API Gateway: MySQL partition is full and MySQL won't start/operate, Gateway is "down"

Products

CA API Gateway

Issue/Introduction

This article will discuss what to do when an API Gateway appliance disk is full in particular when caused by MySQL audits and binlogs filling up the disk.

Issue/behaviour observed:

MySQL partition of the API Gateway appliance disk is nearly or completely full
MySQL has crashed/stopped due to the disk being full
API Gateway is "down" because the MySQL database is not operating due to the disk being full

Environment

This article applies to all supported API Gateway appliance versions.

Cause

The MySQL partition can fill up for a few different reasons. Two of the most common ones are usually seen together in a domino-effect:

Audits filling up database, database grows and MySQL disk usage grows, this often will also break replication
If MySQL replication breaks, the binlogs will grow faster and fill up any remaining disk space

Resolution

Short-term / immediate fix

Note: The steps below should only be followed when the disk is completely full and MySQL is not operational, or when otherwise instructed by Broadcom Support.

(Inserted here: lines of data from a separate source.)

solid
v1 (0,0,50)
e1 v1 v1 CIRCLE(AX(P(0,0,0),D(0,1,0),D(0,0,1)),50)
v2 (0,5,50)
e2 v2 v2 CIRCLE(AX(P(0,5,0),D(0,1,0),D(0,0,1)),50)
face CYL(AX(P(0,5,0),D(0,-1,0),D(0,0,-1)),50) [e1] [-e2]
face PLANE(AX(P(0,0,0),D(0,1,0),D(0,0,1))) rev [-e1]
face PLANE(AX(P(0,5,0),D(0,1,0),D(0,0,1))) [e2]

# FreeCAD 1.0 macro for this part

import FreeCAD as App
import Part
import Sketcher

V = App.Vector

doc = App.newDocument("Part")
body = doc.addObject("PartDesign::Body", "Body")

# Sketch on XZ plane
sketch1 = doc.addObject("Sketcher::SketchObject", "Sketch")
body.addObject(sketch1)
sketch1.AttachmentSupport = (doc.XZ_Plane, [""])
sketch1.MapMode = "FlatFace"
sketch1.addGeometry(Part.Circle(V(0, 0, 0), V(0, 0, 1), 50), False)
sketch1.addConstraint(Sketcher.Constraint("Coincident", 0, 3, -1, 1))
sketch1.addConstraint(Sketcher.Constraint("Diameter", 0, 100.0))
pad1 = doc.addObject("PartDesign::Pad", "Pad")
body.addObject(pad1)
pad1.Profile = sketch1
pad1.Length = 5
pad1.Reversed = True

doc.recompute()
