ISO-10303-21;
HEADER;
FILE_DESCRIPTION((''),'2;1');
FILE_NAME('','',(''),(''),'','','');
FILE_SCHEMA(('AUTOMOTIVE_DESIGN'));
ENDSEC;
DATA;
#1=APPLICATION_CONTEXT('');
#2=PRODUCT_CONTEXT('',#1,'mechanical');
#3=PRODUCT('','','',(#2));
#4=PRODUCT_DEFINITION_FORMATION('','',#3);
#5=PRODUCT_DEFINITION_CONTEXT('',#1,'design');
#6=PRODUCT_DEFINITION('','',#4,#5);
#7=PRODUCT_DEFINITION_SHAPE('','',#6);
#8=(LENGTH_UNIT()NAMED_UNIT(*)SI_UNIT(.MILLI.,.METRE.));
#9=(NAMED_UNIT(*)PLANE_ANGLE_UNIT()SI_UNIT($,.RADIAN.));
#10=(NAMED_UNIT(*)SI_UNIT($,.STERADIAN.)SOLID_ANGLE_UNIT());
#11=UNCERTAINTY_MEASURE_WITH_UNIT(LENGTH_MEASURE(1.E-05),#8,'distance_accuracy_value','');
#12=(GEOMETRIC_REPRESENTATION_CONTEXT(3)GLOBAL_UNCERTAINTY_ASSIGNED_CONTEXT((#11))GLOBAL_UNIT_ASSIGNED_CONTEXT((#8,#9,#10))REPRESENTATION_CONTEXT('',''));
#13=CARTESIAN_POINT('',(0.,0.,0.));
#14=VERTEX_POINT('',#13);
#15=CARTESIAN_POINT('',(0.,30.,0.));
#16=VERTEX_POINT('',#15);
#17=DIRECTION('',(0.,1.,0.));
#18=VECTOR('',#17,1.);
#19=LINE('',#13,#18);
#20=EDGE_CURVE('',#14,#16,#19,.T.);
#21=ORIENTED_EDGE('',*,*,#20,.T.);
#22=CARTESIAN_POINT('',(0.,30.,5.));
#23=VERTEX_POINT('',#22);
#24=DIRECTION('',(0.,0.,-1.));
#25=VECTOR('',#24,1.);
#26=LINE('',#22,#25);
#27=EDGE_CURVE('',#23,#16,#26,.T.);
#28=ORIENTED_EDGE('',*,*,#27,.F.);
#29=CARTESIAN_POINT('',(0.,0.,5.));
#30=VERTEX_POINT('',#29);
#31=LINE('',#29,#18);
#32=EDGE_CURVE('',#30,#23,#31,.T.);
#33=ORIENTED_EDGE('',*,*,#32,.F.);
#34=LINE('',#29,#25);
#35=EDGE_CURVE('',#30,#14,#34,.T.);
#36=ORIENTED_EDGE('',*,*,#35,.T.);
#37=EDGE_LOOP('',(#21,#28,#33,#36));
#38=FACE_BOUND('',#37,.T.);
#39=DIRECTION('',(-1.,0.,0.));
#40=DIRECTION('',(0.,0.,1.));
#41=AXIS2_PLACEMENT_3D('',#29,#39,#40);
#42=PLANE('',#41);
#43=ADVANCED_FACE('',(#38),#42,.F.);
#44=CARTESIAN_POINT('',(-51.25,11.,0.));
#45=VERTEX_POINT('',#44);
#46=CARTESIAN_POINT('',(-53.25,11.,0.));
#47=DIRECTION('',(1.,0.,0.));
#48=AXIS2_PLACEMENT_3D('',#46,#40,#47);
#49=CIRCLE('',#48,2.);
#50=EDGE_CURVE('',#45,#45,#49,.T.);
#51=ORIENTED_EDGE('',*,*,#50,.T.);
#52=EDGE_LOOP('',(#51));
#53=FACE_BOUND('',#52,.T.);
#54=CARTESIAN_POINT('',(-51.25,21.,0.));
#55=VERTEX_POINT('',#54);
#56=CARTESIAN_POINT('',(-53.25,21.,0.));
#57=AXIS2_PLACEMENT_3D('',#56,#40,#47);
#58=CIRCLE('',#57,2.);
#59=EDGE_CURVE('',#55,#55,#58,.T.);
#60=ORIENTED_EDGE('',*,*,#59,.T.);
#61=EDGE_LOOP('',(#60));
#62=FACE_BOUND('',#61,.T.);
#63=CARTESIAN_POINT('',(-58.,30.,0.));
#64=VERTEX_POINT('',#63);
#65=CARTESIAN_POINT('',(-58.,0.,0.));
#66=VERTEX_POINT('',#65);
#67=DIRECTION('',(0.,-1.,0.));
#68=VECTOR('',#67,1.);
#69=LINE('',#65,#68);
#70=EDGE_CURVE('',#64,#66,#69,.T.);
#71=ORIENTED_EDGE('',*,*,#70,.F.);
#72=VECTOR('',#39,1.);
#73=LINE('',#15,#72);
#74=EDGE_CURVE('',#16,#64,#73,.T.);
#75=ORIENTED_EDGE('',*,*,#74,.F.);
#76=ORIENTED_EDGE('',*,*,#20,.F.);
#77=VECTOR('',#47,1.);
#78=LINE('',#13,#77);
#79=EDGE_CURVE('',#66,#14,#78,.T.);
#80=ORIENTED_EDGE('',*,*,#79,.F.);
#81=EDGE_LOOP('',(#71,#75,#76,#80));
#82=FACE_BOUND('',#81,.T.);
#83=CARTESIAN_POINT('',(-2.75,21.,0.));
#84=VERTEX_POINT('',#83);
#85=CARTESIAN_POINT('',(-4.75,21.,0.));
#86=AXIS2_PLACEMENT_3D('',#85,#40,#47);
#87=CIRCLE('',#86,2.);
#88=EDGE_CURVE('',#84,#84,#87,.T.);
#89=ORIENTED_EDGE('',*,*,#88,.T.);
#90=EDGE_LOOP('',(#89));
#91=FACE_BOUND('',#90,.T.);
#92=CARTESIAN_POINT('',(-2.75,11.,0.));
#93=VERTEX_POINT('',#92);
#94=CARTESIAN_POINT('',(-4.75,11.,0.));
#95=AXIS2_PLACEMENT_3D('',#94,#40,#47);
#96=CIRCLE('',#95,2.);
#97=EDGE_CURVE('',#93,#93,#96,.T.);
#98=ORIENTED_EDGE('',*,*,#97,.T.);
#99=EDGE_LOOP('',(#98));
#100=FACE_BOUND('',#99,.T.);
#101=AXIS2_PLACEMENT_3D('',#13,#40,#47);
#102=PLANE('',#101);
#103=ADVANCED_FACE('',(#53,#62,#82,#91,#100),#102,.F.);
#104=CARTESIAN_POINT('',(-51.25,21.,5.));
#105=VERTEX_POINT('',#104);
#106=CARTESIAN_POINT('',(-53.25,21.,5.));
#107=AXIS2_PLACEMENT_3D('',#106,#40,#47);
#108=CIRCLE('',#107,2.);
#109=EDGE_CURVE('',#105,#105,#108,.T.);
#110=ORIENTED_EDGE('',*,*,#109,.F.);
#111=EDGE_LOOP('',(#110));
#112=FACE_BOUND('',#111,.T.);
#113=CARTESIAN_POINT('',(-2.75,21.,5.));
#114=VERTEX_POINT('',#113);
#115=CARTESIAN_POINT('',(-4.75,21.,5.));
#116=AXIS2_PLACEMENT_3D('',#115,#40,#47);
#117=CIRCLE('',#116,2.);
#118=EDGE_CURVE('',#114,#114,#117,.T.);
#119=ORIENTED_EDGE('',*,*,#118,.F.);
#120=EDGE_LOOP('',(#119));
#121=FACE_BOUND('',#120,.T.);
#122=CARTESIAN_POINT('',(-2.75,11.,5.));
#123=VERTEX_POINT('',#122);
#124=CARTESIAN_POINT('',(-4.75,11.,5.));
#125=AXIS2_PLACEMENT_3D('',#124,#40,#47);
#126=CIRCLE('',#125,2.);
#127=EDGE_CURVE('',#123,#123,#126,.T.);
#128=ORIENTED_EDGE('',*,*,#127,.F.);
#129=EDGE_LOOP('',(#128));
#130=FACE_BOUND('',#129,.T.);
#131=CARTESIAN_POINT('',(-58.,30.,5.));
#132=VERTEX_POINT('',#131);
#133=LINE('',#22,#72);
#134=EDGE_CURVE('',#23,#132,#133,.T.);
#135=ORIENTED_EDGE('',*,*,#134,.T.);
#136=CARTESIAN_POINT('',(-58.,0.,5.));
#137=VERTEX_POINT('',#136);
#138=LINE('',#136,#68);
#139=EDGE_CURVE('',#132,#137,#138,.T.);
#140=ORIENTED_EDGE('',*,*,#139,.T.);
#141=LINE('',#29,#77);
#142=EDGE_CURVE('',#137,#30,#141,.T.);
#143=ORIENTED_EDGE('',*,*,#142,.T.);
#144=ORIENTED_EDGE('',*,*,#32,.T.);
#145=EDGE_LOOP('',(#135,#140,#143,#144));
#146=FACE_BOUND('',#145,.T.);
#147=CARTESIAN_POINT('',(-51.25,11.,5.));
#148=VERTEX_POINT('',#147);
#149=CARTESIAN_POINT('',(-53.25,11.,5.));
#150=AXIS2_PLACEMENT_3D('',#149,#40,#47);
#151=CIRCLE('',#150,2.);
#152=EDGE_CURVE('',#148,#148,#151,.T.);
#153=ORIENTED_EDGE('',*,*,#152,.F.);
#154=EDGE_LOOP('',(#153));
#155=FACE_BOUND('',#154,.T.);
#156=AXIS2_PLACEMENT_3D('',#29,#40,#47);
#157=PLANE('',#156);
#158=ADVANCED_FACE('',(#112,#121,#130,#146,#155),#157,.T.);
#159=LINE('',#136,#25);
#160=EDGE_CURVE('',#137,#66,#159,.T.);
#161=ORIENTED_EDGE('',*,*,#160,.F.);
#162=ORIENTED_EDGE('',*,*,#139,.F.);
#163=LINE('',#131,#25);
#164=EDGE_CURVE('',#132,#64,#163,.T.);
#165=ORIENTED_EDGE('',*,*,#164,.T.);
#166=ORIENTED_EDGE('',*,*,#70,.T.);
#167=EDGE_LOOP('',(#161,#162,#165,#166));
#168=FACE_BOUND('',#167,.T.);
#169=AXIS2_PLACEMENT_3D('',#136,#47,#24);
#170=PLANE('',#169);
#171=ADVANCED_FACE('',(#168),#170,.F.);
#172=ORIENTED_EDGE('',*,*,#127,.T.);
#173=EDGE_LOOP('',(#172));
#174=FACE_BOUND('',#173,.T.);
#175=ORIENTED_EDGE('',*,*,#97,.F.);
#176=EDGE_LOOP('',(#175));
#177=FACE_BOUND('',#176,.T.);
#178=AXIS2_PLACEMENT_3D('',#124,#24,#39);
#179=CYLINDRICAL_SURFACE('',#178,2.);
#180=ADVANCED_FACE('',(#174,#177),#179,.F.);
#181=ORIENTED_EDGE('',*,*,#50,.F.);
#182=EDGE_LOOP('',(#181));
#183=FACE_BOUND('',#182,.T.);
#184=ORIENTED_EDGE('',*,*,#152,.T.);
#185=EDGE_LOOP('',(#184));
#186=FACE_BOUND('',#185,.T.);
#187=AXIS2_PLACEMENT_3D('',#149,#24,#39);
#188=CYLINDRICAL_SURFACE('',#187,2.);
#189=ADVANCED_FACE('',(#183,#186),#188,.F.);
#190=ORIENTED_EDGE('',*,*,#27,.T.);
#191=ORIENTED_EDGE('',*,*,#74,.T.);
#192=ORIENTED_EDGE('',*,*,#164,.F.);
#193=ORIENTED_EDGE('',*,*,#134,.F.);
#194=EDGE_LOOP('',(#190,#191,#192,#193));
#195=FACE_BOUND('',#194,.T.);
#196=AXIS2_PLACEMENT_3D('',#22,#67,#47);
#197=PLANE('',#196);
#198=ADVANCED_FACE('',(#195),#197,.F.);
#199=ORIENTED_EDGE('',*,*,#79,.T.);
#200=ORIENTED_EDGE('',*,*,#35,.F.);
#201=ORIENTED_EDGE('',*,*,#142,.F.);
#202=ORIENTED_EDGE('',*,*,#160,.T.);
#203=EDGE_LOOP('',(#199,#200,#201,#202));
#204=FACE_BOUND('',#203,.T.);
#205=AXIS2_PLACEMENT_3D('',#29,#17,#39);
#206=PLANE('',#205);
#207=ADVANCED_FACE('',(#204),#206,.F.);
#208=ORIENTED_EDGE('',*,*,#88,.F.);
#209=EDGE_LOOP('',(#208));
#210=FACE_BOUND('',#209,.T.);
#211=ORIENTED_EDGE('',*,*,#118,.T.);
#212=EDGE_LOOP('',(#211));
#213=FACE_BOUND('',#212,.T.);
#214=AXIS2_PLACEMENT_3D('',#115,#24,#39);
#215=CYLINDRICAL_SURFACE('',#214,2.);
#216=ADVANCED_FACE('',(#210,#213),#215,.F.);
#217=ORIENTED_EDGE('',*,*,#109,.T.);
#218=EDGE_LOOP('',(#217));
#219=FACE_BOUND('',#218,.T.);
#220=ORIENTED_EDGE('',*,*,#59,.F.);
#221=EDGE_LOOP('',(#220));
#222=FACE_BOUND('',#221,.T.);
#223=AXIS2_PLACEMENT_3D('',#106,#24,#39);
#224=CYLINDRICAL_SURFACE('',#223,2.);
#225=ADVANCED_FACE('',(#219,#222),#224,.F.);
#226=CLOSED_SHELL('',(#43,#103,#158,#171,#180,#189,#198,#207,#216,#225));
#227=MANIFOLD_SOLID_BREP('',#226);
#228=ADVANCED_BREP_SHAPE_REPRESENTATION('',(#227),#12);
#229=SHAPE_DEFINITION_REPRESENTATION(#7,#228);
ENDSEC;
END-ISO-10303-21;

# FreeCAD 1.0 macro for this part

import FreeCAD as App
import Part
import Sketcher
from FreeCAD import Vector

doc = App.newDocument("Part")
body = doc.addObject("PartDesign::Body", "Body")

# Sketch on XY plane
sketch1 = doc.addObject("Sketcher::SketchObject", "Sketch")
body.addObject(sketch1)
sketch1.AttachmentSupport = (doc.XY_Plane, [""])
sketch1.MapMode = "FlatFace"
sketch1.addGeometry([
    Part.LineSegment(Vector(-58, 30, 0), Vector(-58, 0, 0)),  # 0
    Part.LineSegment(Vector(-58, 0, 0), Vector(0, 0, 0)),  # 1
    Part.LineSegment(Vector(0, 0, 0), Vector(0, 30, 0)),  # 2
    Part.LineSegment(Vector(0, 30, 0), Vector(-58, 30, 0)),  # 3
    Part.Circle(Vector(-53.2, 11, 0), Vector(0, 0, 1), 2),  # 4
    Part.Circle(Vector(-4.8, 11, 0), Vector(0, 0, 1), 2),  # 5
    Part.Circle(Vector(-53.2, 21, 0), Vector(0, 0, 1), 2),  # 6
    Part.Circle(Vector(-4.8, 21, 0), Vector(0, 0, 1), 2),  # 7
], False)
sketch1.addConstraint([
    Sketcher.Constraint("Coincident", 0, 2, 1, 1),
    Sketcher.Constraint("Coincident", 1, 2, 2, 1),
    Sketcher.Constraint("Coincident", 2, 2, 3, 1),
    Sketcher.Constraint("Coincident", 3, 2, 0, 1),
    Sketcher.Constraint("Vertical", 0),
    Sketcher.Constraint("Horizontal", 1),
    Sketcher.Constraint("Vertical", 2),
    Sketcher.Constraint("Horizontal", 3),
    Sketcher.Constraint("Coincident", 1, 2, -1, 1),
    Sketcher.Constraint("Equal", 4, 5),
    Sketcher.Constraint("Equal", 5, 6),
    Sketcher.Constraint("Equal", 6, 7),
    Sketcher.Constraint("Horizontal", 4, 3, 5, 3),
    Sketcher.Constraint("Horizontal", 6, 3, 7, 3),
    Sketcher.Constraint("Vertical", 4, 3, 6, 3),
    Sketcher.Constraint("Vertical", 5, 3, 7, 3),
    Sketcher.Constraint("Diameter", 4, 4.0),
    Sketcher.Constraint("DistanceX", 1, 1, 1, 2, 58.0),
    Sketcher.Constraint("DistanceY", 0, 2, 0, 1, 30.0),
    Sketcher.Constraint("DistanceY", -1, 1, 4, 3, 11.0),
    Sketcher.Constraint("DistanceY", -1, 1, 6, 3, 21.0),
    Sketcher.Constraint("DistanceX", 4, 3, 5, 3, 48.5),
    Sketcher.Constraint("DistanceX", 4, 3, -1, 1, 53.25),
])
pad1 = doc.addObject("PartDesign::Pad", "Pad")
body.addObject(pad1)
pad1.Profile = sketch1
pad1.Length = 5

doc.recompute()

On both nodes in the cluster, perform the following steps:
1. Stop the MySQL service: service mysqld stop
2. Remove the binary and relay log files with this command: find /var/lib/mysql -type f -regextype posix-extended -regex ".*[0-9]{6}" -exec rm {} \;
  - Note: The filed being removed will be located in the /var/lib/mysql directory and will be files such as ssgbin-log.* and ssgrelay-bin.*
3. 'Reset' the four index & info files with the following commands:
  - cat /dev/null > /var/lib/mysql/ssgbin-log.index
    cat /dev/null > /var/lib/mysql/ssgrelay-log.index
    cat /dev/null > /var/lib/mysql/ssgrelay-bin.index
    cat /dev/null > /var/lib/mysql/ssgrelay-bin.info
4. Verify that the user and group ownership of these files are mysql:mysql and not root:root: chown mysql:mysql <fileName>
  - Be sure to replace <fileName> with the actual file names that may inadvertently be owned as with root:root
  - If all files are owned by mysql:mysql then no chown command needs to be run
5. Start the MySQL service: service mysqld start
Reinitialize replication between the MySQL database nodes
1. It is recommended to purge audits from the database before reinitializing replication to save more disk space and to make the reinitializing process quicker, and can be done by following the self-service KB article on Removing Audit Records from the Gateway database in a multi-node cluster without downtime
2. Now follow the dedicated self-service KB article on Reinitializing Replication in a Multi-node Cluster to re-establish replication between the database nodes

Long-term prevention

Ensure that the audit_purge.sh script is being used in your environment
- You may need to run this script more frequently too
Ensure that the manage_binlog.sh script is being used in your environment
- You may need to run this script more frequently too
If this is a production environment or any critical environment, ensure that audits are disabled (ideally) or if audits are absolutely required then ensure that at least our best practices are being followed closely
- Best practices include keeping auditing to SEVERE or WARNING level at the lowest, anything lower will flood the database with audits
If auditing is required, then make sure it's to a dedicated syslog server located within the same data centre, or if required to be saved to the database then the database should be external from the API Gateway nodes so they can be managed better by a dedicated MySQL DB administrator
Optional: Broadcom Services can be hired to do a thorough audit of your systems to ensure that they are configured for optimal performance and in a way that will avoid this issue in the future

Additional Information

Gateway 11.0 uses mysql 8.0.31

Install September or October 2024 MPP on their GW 11.0 instances used for MySQL database to upgrade their MySQL server to version 8.0.37

Development recommended applying the latest MPP that will update mysql over identified replication bugs.